• Listed entries
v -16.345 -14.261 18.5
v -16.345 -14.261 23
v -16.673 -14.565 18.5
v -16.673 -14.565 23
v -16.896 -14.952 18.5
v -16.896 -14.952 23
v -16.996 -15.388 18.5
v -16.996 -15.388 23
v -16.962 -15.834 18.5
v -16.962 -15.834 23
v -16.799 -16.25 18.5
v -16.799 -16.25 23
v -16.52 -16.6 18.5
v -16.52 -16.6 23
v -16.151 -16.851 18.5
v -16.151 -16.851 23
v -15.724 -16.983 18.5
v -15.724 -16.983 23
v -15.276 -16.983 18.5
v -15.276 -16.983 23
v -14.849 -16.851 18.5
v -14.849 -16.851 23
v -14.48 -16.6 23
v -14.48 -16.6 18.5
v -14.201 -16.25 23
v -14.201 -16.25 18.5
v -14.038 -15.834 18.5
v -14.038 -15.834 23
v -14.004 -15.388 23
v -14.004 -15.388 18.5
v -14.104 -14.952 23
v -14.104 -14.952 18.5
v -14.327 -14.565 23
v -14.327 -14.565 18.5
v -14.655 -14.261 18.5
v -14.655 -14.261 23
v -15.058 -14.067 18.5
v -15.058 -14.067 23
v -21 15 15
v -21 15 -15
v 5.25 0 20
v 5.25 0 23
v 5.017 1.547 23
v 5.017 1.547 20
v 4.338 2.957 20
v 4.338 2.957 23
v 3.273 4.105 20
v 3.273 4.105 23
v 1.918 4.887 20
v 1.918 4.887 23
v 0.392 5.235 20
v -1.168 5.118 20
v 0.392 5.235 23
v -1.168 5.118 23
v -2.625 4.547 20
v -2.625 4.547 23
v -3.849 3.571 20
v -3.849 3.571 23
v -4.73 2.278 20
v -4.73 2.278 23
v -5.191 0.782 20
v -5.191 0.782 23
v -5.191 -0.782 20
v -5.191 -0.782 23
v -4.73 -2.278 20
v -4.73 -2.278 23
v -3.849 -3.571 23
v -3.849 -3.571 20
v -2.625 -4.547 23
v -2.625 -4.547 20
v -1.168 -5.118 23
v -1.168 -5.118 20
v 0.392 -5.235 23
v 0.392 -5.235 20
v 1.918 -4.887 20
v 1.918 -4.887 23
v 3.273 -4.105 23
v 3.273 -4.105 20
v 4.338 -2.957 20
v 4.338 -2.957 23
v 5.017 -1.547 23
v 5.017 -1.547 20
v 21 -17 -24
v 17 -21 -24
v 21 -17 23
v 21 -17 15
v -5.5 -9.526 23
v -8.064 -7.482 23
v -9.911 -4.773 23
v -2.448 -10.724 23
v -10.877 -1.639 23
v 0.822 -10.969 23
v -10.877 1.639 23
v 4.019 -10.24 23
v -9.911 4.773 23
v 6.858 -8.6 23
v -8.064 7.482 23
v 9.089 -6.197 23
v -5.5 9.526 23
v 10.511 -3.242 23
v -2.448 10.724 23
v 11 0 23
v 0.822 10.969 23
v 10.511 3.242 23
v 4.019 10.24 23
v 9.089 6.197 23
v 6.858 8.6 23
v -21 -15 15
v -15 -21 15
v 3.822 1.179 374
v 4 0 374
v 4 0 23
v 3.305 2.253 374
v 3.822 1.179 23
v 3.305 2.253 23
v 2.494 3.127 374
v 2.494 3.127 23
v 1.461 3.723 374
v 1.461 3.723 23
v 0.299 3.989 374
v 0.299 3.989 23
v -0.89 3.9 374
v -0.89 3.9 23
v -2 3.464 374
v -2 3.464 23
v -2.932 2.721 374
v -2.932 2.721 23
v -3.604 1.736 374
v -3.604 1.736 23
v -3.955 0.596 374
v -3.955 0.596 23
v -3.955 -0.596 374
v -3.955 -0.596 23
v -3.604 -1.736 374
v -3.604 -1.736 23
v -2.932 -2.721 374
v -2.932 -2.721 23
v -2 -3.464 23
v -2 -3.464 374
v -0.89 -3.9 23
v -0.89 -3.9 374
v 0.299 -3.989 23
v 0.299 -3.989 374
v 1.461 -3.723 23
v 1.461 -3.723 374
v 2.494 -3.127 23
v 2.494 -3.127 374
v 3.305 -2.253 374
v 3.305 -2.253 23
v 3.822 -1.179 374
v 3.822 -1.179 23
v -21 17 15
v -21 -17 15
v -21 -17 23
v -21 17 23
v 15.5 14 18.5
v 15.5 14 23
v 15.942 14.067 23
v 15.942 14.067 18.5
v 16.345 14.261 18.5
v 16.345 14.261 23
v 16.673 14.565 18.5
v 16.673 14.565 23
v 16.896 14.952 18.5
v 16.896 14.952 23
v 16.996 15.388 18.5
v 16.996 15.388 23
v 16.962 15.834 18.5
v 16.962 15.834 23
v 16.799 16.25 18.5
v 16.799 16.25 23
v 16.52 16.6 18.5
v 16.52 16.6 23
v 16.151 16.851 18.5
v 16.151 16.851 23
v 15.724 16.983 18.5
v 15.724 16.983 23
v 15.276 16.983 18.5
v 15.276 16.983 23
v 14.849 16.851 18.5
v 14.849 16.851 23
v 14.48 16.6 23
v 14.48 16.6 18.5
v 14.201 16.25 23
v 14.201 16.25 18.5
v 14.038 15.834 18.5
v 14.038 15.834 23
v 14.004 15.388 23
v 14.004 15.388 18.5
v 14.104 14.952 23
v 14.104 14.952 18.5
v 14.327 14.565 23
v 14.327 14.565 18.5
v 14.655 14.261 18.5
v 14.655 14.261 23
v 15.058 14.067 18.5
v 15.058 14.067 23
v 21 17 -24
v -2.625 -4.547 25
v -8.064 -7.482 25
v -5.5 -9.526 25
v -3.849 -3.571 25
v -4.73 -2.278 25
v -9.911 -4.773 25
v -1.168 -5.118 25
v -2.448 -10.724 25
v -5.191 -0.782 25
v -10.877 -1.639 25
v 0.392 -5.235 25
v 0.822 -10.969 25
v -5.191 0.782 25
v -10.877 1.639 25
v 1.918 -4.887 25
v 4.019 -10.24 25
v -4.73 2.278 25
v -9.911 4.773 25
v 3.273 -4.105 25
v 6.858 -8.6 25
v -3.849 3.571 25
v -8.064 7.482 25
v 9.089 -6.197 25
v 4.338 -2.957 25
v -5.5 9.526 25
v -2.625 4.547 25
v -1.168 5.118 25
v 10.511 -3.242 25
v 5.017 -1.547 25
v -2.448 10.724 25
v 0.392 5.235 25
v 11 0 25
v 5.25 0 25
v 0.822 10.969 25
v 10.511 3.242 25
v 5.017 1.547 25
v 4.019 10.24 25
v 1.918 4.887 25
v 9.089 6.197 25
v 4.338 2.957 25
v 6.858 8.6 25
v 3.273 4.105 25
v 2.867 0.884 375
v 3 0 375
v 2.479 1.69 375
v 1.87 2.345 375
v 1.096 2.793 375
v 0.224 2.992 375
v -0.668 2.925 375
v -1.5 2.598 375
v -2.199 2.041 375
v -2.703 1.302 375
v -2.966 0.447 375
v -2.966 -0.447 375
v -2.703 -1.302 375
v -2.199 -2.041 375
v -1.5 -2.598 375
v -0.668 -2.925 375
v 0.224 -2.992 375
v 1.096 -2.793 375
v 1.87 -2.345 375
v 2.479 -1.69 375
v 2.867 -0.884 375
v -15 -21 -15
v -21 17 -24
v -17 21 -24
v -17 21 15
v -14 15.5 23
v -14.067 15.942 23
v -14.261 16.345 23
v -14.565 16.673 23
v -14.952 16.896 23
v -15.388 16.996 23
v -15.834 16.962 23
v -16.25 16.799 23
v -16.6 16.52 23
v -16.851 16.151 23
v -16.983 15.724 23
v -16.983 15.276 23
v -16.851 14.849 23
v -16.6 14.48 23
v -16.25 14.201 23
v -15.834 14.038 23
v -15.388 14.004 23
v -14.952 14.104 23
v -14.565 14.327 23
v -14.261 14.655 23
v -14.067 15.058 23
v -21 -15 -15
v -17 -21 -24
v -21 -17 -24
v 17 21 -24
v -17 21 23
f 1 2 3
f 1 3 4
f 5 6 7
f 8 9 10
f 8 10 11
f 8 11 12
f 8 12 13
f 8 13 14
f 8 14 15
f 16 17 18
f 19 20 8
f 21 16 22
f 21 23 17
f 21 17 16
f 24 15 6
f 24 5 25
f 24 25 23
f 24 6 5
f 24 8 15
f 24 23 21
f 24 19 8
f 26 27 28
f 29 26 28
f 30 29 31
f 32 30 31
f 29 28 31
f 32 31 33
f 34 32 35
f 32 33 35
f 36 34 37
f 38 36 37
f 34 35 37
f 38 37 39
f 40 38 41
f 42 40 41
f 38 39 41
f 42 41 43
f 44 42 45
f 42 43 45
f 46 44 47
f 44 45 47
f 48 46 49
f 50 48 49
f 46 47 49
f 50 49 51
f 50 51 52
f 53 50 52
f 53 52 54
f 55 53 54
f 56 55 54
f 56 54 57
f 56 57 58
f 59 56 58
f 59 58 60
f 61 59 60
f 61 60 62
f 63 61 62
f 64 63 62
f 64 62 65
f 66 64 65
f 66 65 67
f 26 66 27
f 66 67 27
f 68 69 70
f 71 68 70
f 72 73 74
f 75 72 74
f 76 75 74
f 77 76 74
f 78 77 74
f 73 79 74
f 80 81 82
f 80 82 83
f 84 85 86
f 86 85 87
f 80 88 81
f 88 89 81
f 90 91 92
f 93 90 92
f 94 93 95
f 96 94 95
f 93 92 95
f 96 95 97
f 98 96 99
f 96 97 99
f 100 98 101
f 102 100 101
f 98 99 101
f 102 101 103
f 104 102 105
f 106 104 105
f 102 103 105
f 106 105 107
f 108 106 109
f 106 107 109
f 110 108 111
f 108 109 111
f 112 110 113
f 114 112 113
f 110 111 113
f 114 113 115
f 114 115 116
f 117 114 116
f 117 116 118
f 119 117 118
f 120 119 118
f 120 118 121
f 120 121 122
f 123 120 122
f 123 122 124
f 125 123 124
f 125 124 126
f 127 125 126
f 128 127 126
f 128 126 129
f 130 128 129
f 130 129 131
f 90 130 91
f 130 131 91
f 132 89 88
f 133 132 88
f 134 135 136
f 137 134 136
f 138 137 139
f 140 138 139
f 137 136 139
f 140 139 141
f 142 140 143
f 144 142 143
==
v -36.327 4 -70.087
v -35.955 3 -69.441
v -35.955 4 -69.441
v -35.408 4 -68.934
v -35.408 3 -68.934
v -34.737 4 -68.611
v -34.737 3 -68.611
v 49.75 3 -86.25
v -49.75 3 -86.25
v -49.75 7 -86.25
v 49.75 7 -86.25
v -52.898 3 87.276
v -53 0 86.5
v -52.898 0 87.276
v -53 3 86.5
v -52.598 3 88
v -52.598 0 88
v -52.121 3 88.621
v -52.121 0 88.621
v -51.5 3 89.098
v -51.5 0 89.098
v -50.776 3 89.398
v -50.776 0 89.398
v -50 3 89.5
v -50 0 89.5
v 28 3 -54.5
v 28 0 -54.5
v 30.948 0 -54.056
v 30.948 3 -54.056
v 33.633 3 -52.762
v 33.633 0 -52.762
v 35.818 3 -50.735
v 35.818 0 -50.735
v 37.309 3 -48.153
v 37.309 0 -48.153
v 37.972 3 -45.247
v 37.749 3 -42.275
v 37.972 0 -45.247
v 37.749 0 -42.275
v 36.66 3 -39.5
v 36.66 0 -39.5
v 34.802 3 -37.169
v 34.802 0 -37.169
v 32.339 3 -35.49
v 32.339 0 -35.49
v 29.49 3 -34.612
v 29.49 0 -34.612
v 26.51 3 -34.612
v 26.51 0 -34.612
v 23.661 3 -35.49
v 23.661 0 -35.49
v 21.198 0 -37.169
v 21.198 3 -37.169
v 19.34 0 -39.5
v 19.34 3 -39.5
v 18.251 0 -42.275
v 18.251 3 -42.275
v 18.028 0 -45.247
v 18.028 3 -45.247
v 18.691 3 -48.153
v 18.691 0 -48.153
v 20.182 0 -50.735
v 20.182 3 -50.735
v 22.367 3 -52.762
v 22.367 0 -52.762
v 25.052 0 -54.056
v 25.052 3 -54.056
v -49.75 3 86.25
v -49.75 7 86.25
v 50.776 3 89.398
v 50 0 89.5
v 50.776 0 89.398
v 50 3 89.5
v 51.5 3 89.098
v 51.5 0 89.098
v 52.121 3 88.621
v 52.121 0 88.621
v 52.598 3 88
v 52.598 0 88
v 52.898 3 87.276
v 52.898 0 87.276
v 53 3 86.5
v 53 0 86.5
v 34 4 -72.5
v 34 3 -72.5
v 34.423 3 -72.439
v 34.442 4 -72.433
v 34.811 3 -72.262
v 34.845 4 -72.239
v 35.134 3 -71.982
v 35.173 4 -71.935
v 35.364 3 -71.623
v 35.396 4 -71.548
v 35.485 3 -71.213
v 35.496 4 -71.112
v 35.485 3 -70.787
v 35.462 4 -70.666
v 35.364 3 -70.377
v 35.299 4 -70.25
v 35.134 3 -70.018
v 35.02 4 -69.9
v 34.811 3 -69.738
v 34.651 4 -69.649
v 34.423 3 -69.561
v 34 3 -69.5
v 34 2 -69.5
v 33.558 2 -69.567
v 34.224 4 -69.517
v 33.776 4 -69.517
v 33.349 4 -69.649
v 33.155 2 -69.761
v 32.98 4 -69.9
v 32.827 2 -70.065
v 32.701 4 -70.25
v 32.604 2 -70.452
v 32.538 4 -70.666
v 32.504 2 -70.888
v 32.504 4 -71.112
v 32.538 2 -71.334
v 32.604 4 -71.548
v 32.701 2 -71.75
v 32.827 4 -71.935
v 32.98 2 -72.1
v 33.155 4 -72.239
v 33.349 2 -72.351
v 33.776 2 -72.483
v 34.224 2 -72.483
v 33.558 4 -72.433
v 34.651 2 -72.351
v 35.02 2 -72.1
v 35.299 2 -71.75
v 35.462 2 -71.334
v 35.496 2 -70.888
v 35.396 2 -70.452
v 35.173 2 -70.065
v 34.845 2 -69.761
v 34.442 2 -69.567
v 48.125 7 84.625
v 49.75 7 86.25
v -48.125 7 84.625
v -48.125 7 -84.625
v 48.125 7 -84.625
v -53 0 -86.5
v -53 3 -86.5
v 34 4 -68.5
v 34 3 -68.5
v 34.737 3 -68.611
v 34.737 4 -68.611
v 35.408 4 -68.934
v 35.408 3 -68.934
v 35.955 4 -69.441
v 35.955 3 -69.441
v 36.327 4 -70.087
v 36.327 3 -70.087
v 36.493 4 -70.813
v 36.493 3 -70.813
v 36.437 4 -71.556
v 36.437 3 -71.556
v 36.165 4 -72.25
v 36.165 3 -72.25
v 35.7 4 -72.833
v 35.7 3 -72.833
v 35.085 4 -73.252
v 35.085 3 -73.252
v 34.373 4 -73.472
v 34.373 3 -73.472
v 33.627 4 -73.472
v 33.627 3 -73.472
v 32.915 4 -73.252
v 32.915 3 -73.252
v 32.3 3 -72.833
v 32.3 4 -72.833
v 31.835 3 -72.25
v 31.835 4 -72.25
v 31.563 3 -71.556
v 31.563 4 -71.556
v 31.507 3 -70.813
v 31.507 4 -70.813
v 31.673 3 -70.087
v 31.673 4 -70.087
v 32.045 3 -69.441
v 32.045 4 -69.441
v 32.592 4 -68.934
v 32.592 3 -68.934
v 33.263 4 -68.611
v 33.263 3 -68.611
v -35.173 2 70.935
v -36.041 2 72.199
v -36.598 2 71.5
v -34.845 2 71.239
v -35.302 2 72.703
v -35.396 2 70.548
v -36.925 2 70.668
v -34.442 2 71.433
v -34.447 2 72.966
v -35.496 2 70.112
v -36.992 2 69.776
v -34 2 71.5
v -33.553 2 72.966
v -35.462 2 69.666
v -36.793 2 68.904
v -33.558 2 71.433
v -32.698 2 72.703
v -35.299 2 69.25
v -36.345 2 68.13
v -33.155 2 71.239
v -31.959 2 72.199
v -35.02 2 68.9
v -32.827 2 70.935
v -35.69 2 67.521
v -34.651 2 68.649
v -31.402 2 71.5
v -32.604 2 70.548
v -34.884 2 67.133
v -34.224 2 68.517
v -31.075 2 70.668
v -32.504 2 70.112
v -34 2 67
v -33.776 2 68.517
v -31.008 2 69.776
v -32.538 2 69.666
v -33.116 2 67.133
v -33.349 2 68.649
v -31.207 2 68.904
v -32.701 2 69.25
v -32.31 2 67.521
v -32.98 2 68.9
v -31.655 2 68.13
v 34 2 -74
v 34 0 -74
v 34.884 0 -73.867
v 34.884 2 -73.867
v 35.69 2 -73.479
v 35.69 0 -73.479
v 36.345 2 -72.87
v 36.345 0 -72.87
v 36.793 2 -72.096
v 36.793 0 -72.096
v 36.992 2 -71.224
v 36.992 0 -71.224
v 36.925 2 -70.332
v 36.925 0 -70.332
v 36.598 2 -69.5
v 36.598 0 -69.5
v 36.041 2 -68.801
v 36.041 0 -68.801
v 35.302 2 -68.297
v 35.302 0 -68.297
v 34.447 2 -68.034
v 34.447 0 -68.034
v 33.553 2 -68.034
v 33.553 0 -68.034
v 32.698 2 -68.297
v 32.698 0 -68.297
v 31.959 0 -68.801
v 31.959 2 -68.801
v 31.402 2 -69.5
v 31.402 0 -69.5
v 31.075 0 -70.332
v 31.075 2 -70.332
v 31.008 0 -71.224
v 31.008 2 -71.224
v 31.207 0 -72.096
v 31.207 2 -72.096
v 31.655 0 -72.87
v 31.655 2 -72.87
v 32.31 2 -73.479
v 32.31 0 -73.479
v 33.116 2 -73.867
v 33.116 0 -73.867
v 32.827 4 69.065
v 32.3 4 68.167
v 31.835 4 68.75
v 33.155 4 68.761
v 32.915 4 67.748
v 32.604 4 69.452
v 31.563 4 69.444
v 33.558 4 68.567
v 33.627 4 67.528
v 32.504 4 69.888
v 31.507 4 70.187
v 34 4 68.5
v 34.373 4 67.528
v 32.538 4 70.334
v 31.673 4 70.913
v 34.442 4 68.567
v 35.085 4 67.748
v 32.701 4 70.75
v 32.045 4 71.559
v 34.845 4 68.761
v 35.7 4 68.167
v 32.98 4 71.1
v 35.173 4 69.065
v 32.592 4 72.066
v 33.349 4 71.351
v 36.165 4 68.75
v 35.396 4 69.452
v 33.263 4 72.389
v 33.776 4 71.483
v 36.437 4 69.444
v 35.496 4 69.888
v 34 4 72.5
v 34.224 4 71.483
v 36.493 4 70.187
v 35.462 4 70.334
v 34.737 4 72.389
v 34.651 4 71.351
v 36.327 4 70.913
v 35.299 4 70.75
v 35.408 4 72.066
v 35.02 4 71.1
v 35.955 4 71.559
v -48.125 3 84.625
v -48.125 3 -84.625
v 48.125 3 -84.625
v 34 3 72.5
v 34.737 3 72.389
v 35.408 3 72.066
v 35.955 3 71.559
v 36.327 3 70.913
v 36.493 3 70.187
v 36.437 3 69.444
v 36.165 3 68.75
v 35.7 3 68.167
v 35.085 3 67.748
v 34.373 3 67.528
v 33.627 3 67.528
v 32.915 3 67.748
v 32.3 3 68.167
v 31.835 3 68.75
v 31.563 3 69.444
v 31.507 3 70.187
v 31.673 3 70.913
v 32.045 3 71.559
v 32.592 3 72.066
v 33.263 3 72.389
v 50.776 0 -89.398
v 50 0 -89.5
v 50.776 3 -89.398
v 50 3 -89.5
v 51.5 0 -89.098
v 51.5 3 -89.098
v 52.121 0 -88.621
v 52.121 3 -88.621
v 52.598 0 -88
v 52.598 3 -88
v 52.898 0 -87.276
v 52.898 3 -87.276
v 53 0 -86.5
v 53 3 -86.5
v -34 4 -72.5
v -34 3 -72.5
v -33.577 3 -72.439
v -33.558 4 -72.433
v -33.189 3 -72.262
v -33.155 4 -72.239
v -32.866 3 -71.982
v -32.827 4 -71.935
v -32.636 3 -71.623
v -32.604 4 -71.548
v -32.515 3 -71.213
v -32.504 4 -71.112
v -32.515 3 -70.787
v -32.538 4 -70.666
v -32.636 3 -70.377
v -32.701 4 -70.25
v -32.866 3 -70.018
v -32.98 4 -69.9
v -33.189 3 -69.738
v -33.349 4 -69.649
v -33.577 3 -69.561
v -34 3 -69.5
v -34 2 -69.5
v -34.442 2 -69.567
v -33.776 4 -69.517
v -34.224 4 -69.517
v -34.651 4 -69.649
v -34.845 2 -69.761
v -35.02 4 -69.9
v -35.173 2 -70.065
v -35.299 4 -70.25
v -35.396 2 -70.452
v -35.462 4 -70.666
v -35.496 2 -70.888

• Goal of the exercise
Would you output, from the records above, exactly the run of lines that starts at the line containing "v 36.437 3 69.444" and ends at the line containing "v -35.496 2 -70.888", and only that run?

• Response for this exercise
v 36.437 3 69.444
v 36.165 3 68.75
v 35.7 3 68.167
v 35.085 3 67.748
v 34.373 3 67.528
v 33.627 3 67.528
v 32.915 3 67.748
v 32.3 3 68.167
v 31.835 3 68.75
v 31.563 3 69.444
v 31.507 3 70.187
v 31.673 3 70.913
v 32.045 3 71.559
v 32.592 3 72.066
v 33.263 3 72.389
v 50.776 0 -89.398
v 50 0 -89.5
v 50.776 3 -89.398
v 50 3 -89.5
v 51.5 0 -89.098
v 51.5 3 -89.098
v 52.121 0 -88.621
v 52.121 3 -88.621
v 52.598 0 -88
v 52.598 3 -88
v 52.898 0 -87.276
v 52.898 3 -87.276
v 53 0 -86.5
v 53 3 -86.5
v -34 4 -72.5
v -34 3 -72.5
v -33.577 3 -72.439
v -33.558 4 -72.433
v -33.189 3 -72.262
v -33.155 4 -72.239
v -32.866 3 -71.982
v -32.827 4 -71.935
v -32.636 3 -71.623
v -32.604 4 -71.548
v -32.515 3 -71.213
v -32.504 4 -71.112
v -32.515 3 -70.787
v -32.538 4 -70.666
v -32.636 3 -70.377
v -32.701 4 -70.25
v -32.866 3 -70.018
v -32.98 4 -69.9
v -33.189 3 -69.738
v -33.349 4 -69.649
v -33.577 3 -69.561
v -34 3 -69.5
v -34 2 -69.5
v -34.442 2 -69.567
v -33.776 4 -69.517
v -34.224 4 -69.517
v -34.651 4 -69.649
v -34.845 2 -69.761
v -35.02 4 -69.9
v -35.173 2 -70.065
v -35.299 4 -70.25
v -35.396 2 -70.452
v -35.462 4 -70.666
v -35.496 2 -70.888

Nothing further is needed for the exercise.